In October 2021, white nationalist Nick Fuentes, who had managed to get kicked off all mainstream social media sites as well as loosely moderated streaming sites, launched Cozy TV. The new streaming network would be explicitly “anti-gay, anti-woman, anti-Black, antisemitic," he said.
Fast forward to today, and a host of familiar far-right names have joined the network in the past week alone: Roger Stone, Trump confidant and dirty trickster; Ali Alexander, the leader of the movement promising to “stop the steal” after Joe Biden won the 2020 presidential election; and Laura Loomer, a two-time failed congressional candidate and self-declared proud Islamophobe.

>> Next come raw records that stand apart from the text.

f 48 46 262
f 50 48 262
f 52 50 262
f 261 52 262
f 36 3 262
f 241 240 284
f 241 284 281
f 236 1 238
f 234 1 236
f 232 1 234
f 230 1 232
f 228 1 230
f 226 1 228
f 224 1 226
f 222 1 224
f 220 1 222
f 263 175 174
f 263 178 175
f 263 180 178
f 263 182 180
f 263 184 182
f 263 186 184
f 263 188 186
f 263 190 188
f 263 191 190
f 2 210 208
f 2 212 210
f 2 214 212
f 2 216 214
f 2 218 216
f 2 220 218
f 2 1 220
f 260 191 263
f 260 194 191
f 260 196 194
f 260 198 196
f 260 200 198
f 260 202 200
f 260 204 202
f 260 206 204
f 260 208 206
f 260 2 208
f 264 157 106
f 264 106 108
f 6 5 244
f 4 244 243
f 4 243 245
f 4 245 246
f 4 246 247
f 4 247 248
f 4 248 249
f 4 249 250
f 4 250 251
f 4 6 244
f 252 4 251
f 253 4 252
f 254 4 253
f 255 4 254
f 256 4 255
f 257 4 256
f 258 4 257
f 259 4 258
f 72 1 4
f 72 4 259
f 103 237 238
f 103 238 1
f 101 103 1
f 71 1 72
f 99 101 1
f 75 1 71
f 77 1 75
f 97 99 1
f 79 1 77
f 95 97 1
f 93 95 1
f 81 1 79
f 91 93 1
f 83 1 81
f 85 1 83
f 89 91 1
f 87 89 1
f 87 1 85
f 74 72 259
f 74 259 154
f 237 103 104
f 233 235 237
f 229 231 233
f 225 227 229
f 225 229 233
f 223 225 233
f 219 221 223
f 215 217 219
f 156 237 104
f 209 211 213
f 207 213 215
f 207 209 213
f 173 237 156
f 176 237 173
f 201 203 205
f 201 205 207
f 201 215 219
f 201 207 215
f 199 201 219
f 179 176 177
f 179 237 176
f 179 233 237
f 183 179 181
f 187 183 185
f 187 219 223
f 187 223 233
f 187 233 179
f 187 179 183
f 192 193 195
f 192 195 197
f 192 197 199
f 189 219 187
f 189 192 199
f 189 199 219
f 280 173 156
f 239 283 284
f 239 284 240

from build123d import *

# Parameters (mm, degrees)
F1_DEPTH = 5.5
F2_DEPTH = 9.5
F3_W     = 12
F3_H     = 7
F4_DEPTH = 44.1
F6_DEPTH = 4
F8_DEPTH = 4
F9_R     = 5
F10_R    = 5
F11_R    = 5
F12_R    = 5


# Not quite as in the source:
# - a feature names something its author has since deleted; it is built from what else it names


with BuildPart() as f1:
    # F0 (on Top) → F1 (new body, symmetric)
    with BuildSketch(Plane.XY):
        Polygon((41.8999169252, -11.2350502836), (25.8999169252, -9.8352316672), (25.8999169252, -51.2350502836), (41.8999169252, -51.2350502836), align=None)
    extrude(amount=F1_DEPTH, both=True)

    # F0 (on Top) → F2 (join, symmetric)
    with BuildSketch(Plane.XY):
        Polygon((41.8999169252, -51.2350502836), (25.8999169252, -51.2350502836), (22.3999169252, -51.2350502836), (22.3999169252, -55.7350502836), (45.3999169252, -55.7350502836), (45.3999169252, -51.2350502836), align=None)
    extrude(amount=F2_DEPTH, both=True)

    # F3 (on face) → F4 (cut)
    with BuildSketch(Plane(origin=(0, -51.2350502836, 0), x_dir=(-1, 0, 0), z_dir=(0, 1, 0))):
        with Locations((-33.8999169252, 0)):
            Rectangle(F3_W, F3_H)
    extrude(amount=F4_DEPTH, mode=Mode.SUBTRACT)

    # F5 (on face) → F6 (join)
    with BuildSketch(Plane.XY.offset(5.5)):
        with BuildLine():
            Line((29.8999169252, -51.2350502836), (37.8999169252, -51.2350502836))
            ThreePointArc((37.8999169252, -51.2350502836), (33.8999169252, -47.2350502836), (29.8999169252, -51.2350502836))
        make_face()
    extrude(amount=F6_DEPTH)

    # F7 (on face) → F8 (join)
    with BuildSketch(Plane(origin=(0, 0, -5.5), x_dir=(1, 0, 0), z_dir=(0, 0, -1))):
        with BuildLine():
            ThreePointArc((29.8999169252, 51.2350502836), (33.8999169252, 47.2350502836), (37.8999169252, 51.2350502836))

While each now has a channel on the network, it’s unclear whether they will offer any original content there. Stone streamed his "The Stone Zone" show on the channel last night, as well as on Mike Lindell's Frank Speech Platform. This follows the pattern of other streamers on the network, including radical conspiracy theorist Alex Jones, who streams the same content he offers Cozy TV on his conspiracy theory network InfoWars. Though Jones has been welcomed back to more mainstream right-wing media like Fox, Jones was broadly deplatformed from mainstream sites after he falsely claimed the parents of the slain children at Sandy Hook were paid actors, leading to their harassment; he was recently ordered to pay $965 million for his lies.

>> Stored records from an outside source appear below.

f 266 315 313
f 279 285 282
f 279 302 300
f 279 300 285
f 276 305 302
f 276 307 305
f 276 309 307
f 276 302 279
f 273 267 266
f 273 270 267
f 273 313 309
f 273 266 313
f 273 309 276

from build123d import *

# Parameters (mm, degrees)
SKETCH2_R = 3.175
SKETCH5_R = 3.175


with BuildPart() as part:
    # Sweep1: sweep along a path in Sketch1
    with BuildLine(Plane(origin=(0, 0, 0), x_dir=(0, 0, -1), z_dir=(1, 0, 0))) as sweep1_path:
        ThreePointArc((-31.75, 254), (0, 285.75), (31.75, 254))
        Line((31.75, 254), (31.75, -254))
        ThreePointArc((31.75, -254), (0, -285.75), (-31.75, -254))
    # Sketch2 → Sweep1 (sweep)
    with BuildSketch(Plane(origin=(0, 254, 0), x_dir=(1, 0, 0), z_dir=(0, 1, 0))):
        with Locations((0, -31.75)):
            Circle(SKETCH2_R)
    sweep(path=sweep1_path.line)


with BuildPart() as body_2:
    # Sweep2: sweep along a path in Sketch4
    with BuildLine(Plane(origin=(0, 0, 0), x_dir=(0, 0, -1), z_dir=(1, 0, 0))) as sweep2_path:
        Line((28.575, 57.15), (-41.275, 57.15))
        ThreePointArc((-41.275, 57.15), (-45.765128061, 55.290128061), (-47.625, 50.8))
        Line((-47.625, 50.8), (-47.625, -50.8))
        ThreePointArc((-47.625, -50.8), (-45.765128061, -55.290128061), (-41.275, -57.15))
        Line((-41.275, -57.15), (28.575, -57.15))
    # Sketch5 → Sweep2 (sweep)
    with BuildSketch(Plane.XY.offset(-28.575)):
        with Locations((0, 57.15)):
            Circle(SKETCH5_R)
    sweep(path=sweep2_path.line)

Not everyone on Cozy TV who has made it the cesspool that it is appears welcoming to these newcomers. Kai Schwemmer, a 19-year-old influencer with the white nationalist America First youth movement, lashed out at Ali Alexander Tuesday, claiming that he had heard “credible” accusations that Alexander is a pedophile. (It looks like the right’s obsession with accusing of people of pedophilia applies to their own as well.)
And while the Christian nationalist Fuentes threw his support behind Laura Loomer, who supports a white ethnostate, during her congressional primary in Florida this summer, calling her “one of our own,” fractures between Loomer and Fuentes have appeared before. After Fuentes attacked Jews this summer, Loomer, who is Jewish, tried to come to terms with her ally's antisemitism, posting on Telegram, "I don't understand the obsession some people have with demonizing all Jews." During her second congressional bid, Fuentes also tried to convince his followers that Loomer was OK, even though she is a woman and a Zionist. “People say, ‘Well, she’s a Zionist, she’s a woman. We don’t support women in office, we don’t support Zionists.’ And that’s true,” Fuentes said. “But she would be the only one out of 530-some congressmen and senators who is going to be fully red-pilled.”
It’s unclear how much of an increase in viewership this new cast of characters will see from joining Fuentes' platform. Former associates of Fuentes have claimed that he manipulates the viewership numbers to make himself appear more popular than he is, though extremist researchers have been unable to confirm the veracity of this allegation.
It’s notable that so many of the far-right activists and Republican operatives who were prominent in the effort to overturn the 2020 presidential election and who called for violence to keep Trump in office would join the same platform. A day before the election, Stone was caught on tape saying, “Fuck the voting, let’s get right to the violence.” Stone led the first so-called “Stop the Steal” campaign in 2018, which falsely alleged fraud and disrupted vote counting in Florida, while Alexander rebooted the campaign in 2020 and urged his followers to take matters into their own hands.
And of course, Fuentes was at the U.S. Capitol on Jan. 6, 2021, after he suggested that his audience could off lawmakers to prevent them from "stealing" the election. Though he did not enter the Capitol himself, followers of his America First movement did, including Christian Secour, who was recently sentenced to three years in prison for his role in the insurrection.